• **EXERCISE DETAILS**
Please count the lines in the data below that hold "Front" and answer with the number by itself.

• **MATERIAL SHOWN**
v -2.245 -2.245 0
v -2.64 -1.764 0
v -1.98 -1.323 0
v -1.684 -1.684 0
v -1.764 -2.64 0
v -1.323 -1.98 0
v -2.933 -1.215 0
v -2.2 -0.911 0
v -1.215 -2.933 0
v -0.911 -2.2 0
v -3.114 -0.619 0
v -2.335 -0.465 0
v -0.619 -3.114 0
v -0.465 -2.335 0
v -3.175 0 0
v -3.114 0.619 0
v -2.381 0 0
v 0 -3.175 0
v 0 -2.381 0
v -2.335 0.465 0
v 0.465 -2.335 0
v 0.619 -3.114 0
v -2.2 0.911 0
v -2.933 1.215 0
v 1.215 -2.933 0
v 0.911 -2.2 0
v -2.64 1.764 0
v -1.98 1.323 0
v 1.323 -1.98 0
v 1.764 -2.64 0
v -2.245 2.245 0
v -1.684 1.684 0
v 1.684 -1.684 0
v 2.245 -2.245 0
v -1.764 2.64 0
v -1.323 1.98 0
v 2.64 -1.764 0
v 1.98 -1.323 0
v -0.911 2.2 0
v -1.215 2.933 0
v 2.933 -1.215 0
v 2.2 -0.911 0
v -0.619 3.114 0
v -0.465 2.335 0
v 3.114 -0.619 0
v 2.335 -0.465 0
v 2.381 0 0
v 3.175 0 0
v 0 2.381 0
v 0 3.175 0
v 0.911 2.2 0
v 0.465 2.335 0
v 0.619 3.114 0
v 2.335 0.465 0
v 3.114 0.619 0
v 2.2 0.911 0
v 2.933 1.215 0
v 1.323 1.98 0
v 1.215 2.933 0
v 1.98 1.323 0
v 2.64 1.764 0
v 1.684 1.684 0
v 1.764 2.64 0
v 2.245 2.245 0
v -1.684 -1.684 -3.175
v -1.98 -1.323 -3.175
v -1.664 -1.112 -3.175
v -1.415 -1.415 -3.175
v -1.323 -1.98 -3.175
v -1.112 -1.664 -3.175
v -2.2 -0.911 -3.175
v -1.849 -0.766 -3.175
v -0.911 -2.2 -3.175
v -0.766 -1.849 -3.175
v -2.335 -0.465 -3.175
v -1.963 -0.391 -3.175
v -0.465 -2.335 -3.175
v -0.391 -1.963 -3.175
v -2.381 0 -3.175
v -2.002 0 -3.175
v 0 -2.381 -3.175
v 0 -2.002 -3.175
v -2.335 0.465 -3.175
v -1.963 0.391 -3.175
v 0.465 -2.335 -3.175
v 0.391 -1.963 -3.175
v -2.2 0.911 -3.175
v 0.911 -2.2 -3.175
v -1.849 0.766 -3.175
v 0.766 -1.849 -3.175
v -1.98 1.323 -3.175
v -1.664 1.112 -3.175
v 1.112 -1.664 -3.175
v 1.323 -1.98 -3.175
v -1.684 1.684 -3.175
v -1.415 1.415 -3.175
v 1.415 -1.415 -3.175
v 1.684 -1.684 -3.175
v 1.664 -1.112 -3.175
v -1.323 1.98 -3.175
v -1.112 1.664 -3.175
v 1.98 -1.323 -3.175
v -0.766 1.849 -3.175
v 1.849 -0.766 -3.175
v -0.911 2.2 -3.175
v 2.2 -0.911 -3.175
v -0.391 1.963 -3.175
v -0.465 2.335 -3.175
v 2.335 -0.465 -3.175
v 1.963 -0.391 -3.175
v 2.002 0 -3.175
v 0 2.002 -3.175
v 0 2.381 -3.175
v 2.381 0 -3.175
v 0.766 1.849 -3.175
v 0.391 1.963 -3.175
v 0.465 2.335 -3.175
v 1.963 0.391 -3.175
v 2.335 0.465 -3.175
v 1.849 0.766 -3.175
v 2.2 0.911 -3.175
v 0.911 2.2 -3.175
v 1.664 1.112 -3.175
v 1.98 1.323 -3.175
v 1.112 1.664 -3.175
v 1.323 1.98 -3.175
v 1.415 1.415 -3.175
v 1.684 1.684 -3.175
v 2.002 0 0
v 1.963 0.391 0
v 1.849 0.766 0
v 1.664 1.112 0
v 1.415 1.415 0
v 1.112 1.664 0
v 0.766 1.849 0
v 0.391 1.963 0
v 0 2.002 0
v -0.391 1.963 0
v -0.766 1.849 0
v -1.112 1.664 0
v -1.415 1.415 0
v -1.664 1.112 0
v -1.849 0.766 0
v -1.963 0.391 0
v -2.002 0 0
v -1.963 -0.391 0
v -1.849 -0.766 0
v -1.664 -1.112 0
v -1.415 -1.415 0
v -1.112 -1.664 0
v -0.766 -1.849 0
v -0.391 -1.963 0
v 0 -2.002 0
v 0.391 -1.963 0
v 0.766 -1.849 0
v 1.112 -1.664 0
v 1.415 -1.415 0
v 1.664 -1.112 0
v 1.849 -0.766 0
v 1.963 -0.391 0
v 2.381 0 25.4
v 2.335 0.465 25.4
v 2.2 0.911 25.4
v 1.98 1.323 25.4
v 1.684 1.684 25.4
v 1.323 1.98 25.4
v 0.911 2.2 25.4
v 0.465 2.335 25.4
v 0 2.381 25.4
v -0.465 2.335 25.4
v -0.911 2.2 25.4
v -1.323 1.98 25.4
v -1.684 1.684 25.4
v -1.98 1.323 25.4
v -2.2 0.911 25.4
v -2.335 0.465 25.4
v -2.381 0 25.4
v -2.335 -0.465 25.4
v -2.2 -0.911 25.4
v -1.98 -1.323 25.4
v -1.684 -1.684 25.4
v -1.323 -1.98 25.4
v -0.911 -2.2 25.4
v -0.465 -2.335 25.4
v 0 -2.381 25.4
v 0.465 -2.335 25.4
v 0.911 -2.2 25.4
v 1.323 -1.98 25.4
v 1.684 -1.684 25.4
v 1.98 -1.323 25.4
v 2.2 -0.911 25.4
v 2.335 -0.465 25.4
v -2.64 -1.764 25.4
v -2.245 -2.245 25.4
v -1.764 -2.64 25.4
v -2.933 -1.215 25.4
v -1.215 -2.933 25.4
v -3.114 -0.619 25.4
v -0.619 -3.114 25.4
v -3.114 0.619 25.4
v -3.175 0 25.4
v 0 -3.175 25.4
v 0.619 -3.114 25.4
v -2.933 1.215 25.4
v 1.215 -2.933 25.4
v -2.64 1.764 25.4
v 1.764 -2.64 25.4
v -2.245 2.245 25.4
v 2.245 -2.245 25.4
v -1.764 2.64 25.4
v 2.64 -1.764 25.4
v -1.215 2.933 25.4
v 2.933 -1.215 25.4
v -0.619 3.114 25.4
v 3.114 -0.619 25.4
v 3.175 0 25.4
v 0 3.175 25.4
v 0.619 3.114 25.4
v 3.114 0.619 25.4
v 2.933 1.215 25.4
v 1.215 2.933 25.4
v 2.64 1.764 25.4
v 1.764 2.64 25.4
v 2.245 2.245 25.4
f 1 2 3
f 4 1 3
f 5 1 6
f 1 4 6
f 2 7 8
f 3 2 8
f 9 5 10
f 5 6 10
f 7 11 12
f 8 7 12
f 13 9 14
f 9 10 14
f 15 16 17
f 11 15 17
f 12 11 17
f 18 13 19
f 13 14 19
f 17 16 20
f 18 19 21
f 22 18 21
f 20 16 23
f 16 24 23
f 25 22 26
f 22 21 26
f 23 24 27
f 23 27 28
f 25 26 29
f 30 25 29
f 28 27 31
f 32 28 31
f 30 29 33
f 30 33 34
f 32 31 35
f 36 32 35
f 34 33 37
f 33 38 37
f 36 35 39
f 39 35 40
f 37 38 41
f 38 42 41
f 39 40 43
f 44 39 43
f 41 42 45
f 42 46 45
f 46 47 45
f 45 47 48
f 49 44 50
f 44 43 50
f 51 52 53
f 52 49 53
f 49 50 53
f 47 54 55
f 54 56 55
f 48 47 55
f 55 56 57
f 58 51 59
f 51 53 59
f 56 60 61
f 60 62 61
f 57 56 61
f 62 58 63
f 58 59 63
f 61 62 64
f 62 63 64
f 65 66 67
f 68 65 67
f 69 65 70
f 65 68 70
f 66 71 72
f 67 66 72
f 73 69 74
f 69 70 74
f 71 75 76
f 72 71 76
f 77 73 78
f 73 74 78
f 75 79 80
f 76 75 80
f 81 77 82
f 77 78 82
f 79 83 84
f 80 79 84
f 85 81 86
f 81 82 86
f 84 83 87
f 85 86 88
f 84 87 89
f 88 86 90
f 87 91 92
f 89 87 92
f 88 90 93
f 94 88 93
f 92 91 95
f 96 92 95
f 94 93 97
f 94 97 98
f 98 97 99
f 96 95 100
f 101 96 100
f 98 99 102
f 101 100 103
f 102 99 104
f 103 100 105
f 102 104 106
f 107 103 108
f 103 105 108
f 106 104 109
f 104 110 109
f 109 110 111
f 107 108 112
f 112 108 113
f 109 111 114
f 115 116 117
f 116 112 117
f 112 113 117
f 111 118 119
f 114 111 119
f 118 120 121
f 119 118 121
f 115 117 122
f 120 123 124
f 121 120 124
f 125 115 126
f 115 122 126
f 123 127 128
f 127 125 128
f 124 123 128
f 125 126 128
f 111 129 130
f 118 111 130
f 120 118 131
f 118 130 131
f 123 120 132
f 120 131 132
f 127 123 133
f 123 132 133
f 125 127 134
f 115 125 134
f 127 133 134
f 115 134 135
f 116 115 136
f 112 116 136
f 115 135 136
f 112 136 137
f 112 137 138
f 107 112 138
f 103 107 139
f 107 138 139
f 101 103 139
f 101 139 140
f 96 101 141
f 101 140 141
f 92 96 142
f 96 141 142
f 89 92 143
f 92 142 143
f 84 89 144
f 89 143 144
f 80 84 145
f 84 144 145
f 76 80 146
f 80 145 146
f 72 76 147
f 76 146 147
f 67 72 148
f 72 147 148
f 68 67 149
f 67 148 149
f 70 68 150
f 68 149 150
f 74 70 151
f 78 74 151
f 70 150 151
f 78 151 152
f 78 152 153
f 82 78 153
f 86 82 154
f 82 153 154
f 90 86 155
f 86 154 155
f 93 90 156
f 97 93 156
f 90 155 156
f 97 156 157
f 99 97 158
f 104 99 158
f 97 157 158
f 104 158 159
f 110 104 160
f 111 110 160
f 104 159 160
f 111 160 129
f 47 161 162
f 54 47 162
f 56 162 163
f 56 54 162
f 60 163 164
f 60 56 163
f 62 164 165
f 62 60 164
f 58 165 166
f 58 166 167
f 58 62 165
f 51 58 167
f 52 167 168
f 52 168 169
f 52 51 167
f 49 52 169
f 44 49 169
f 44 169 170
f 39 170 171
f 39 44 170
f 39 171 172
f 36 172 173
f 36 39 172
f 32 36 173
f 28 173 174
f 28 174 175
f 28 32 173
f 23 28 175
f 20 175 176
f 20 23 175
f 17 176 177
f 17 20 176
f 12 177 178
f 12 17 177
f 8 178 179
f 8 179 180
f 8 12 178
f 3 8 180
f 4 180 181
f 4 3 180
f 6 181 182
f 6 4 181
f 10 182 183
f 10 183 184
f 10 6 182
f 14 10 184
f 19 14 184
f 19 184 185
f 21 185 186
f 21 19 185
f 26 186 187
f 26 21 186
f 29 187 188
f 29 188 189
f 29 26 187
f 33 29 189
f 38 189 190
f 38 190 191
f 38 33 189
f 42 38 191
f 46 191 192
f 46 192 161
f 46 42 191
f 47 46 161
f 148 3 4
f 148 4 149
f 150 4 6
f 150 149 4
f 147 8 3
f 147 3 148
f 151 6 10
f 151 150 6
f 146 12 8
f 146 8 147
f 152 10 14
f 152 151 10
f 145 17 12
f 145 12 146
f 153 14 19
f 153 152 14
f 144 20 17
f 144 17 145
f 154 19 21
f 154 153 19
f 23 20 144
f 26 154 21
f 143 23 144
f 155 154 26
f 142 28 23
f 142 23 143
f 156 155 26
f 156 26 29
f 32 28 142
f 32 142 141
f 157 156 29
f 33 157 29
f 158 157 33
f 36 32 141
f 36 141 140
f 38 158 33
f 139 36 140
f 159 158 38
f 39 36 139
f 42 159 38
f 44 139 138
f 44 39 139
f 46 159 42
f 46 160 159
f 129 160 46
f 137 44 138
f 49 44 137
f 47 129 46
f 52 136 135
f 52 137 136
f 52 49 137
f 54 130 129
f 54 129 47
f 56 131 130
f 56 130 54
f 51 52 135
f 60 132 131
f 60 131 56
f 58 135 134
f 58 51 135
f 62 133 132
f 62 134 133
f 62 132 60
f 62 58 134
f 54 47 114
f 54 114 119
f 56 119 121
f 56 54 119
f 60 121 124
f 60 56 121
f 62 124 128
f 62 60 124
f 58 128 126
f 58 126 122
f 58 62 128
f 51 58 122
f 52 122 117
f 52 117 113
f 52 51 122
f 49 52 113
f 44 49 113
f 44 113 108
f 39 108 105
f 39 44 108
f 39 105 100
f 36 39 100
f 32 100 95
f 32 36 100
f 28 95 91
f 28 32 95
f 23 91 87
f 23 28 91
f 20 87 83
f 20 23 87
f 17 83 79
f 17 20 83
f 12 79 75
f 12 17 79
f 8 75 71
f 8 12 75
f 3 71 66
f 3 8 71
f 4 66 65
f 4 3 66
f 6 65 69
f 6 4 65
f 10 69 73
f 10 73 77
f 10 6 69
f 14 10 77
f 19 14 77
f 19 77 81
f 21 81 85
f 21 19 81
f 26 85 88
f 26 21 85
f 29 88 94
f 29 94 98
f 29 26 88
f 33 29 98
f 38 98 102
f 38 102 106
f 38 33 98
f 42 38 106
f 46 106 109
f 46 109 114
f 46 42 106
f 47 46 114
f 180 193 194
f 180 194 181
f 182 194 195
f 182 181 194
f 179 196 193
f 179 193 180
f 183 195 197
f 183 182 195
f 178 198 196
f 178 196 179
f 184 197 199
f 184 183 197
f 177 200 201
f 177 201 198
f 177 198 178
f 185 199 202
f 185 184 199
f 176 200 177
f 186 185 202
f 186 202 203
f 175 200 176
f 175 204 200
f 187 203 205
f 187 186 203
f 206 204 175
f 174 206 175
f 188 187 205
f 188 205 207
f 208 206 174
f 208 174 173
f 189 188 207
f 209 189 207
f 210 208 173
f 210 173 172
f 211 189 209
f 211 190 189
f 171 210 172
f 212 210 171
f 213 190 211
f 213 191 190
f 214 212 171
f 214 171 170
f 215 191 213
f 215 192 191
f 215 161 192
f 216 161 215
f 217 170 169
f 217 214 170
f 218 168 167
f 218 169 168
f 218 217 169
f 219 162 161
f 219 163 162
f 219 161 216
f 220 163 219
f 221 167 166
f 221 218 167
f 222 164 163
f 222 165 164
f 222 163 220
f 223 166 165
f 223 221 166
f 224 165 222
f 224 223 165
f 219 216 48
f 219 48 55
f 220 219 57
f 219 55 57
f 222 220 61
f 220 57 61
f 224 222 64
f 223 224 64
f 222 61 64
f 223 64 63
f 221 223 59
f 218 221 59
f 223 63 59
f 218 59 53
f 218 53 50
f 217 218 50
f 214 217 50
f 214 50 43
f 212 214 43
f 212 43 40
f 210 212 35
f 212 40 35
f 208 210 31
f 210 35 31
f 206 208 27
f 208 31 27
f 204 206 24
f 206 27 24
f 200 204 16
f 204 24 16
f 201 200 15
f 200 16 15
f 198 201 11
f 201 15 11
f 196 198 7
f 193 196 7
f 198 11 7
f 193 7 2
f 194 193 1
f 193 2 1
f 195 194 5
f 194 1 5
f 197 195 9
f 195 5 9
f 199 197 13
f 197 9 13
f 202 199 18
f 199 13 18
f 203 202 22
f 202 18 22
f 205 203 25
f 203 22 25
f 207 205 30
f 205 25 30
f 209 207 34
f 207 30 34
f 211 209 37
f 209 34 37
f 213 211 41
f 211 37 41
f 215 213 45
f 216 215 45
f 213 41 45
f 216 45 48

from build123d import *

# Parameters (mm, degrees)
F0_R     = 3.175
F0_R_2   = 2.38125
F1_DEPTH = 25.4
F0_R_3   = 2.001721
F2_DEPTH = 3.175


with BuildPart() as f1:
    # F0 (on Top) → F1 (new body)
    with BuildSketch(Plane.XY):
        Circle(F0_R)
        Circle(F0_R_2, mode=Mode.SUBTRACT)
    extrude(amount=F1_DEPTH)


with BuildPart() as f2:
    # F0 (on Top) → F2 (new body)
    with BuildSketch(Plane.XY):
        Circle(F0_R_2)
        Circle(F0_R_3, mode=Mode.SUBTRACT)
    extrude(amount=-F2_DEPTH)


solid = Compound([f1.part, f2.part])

...

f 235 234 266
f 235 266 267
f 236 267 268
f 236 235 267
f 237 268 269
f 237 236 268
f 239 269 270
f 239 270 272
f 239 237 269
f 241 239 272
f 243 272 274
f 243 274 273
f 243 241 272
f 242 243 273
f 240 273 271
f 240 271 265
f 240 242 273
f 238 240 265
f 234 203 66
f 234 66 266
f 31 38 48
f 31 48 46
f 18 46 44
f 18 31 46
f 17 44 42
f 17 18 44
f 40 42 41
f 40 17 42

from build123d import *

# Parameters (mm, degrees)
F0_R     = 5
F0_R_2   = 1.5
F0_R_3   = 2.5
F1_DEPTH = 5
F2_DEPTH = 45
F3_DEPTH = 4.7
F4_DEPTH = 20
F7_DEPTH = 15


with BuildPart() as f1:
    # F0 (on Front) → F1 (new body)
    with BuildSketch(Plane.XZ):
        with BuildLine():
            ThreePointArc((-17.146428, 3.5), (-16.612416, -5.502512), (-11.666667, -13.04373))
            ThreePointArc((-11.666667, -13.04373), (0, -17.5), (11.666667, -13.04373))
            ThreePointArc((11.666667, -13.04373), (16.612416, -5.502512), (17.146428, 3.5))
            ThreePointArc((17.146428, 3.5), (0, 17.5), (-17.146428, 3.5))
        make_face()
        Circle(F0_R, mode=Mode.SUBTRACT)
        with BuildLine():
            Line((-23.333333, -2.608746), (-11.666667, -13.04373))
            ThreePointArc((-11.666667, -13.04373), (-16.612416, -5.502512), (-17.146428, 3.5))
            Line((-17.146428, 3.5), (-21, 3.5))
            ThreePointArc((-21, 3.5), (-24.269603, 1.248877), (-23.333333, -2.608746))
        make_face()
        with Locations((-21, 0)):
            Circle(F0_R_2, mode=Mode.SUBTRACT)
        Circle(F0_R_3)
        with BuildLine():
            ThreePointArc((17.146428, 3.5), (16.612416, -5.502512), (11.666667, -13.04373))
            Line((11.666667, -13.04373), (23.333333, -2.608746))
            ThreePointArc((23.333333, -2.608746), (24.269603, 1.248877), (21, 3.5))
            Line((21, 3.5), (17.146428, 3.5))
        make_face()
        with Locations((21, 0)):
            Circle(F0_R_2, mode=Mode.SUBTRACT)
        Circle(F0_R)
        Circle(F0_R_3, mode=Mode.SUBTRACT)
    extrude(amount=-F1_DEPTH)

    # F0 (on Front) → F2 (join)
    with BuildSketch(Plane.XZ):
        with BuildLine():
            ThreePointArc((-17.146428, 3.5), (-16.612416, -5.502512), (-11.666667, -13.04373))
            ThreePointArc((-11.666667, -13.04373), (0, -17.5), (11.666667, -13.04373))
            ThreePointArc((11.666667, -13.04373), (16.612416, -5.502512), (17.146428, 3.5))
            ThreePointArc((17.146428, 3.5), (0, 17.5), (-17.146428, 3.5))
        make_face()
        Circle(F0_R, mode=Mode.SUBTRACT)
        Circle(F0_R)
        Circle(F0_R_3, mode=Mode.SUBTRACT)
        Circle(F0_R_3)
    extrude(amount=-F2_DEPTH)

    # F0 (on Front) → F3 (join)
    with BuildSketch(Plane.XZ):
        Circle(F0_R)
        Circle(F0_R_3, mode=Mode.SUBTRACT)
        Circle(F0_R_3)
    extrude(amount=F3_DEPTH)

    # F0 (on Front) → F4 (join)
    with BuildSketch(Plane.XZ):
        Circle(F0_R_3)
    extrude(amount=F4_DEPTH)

• **EXERCISE ANSWER**
4